(Beginning of RECORDS PROVIDED)

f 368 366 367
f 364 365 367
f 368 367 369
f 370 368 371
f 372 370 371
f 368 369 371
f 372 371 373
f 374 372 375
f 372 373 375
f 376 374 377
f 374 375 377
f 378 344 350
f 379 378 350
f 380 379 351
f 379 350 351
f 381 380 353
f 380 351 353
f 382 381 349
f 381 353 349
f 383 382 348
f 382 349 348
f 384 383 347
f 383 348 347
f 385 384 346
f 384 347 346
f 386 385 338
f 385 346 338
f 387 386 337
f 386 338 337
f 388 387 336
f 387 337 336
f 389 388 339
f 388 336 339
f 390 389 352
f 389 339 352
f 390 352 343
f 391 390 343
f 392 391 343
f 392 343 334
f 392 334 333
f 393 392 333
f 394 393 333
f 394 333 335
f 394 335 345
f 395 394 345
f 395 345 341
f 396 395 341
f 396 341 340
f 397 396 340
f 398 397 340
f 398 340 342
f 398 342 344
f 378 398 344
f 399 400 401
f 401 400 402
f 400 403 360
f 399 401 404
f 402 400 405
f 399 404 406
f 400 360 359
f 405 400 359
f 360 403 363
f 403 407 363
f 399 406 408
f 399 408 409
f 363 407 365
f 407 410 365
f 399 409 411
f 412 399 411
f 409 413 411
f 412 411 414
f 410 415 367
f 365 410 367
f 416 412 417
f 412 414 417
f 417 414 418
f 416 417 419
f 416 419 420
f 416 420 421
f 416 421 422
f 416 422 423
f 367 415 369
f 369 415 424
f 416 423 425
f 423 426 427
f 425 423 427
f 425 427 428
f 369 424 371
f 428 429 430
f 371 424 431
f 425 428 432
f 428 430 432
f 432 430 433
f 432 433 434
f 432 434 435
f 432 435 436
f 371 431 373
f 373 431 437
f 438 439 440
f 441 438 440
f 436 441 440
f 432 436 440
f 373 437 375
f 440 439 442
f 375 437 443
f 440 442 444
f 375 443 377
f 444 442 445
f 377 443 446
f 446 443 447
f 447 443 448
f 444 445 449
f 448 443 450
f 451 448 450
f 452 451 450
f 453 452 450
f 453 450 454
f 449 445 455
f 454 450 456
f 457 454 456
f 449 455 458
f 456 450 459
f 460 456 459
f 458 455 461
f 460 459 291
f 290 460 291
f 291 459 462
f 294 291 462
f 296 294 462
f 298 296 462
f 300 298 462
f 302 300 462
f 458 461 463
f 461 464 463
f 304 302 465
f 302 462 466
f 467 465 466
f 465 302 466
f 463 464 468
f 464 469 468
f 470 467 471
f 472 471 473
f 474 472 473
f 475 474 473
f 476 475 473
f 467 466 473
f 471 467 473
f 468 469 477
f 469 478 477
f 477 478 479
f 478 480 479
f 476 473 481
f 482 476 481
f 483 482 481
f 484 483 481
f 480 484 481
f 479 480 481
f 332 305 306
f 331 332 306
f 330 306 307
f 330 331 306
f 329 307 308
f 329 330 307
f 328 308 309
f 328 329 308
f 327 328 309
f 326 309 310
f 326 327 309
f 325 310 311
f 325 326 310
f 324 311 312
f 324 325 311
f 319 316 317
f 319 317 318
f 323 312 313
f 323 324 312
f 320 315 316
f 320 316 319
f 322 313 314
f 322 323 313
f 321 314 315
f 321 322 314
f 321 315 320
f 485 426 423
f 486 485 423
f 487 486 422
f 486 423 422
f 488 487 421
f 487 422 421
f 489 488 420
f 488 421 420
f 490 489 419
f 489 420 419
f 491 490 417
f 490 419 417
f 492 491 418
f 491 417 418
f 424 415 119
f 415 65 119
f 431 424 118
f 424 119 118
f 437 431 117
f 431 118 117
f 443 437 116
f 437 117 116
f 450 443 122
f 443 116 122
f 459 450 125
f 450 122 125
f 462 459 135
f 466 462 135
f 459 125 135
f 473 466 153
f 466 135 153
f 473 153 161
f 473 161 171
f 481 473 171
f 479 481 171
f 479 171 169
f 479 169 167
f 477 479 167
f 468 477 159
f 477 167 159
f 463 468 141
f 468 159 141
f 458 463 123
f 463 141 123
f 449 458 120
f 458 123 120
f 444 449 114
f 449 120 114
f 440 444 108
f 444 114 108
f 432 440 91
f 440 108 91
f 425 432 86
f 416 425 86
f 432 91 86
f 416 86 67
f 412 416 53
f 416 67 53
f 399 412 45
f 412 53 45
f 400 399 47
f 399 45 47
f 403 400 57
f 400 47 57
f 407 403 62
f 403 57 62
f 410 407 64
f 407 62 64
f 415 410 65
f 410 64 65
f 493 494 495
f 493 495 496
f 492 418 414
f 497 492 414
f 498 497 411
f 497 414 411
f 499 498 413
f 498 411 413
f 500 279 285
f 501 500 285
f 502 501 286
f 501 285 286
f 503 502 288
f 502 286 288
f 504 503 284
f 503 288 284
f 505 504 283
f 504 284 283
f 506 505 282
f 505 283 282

(End of RECORDS PROVIDED)

*ACTIVITY*
Reply with exactly the lines from the one containing "f 467 465 466" to the last line of the material, inclusive, and with nothing more.

*SOLUTION TO THIS TASK*
f 467 465 466
f 465 302 466
f 463 464 468
f 464 469 468
f 470 467 471
f 472 471 473
f 474 472 473
f 475 474 473
f 476 475 473
f 467 466 473
f 471 467 473
f 468 469 477
f 469 478 477
f 477 478 479
f 478 480 479
f 476 473 481
f 482 476 481
f 483 482 481
f 484 483 481
f 480 484 481
f 479 480 481
f 332 305 306
f 331 332 306
f 330 306 307
f 330 331 306
f 329 307 308
f 329 330 307
f 328 308 309
f 328 329 308
f 327 328 309
f 326 309 310
f 326 327 309
f 325 310 311
f 325 326 310
f 324 311 312
f 324 325 311
f 319 316 317
f 319 317 318
f 323 312 313
f 323 324 312
f 320 315 316
f 320 316 319
f 322 313 314
f 322 323 313
f 321 314 315
f 321 322 314
f 321 315 320
f 485 426 423
f 486 485 423
f 487 486 422
f 486 423 422
f 488 487 421
f 487 422 421
f 489 488 420
f 488 421 420
f 490 489 419
f 489 420 419
f 491 490 417
f 490 419 417
f 492 491 418
f 491 417 418
f 424 415 119
f 415 65 119
f 431 424 118
f 424 119 118
f 437 431 117
f 431 118 117
f 443 437 116
f 437 117 116
f 450 443 122
f 443 116 122
f 459 450 125
f 450 122 125
f 462 459 135
f 466 462 135
f 459 125 135
f 473 466 153
f 466 135 153
f 473 153 161
f 473 161 171
f 481 473 171
f 479 481 171
f 479 171 169
f 479 169 167
f 477 479 167
f 468 477 159
f 477 167 159
f 463 468 141
f 468 159 141
f 458 463 123
f 463 141 123
f 449 458 120
f 458 123 120
f 444 449 114
f 449 120 114
f 440 444 108
f 444 114 108
f 432 440 91
f 440 108 91
f 425 432 86
f 416 425 86
f 432 91 86
f 416 86 67
f 412 416 53
f 416 67 53
f 399 412 45
f 412 53 45
f 400 399 47
f 399 45 47
f 403 400 57
f 400 47 57
f 407 403 62
f 403 57 62
f 410 407 64
f 407 62 64
f 415 410 65
f 410 64 65
f 493 494 495
f 493 495 496
f 492 418 414
f 497 492 414
f 498 497 411
f 497 414 411
f 499 498 413
f 498 411 413
f 500 279 285
f 501 500 285
f 502 501 286
f 501 285 286
f 503 502 288
f 502 286 288
f 504 503 284
f 503 288 284
f 505 504 283
f 504 284 283
f 506 505 282
f 505 283 282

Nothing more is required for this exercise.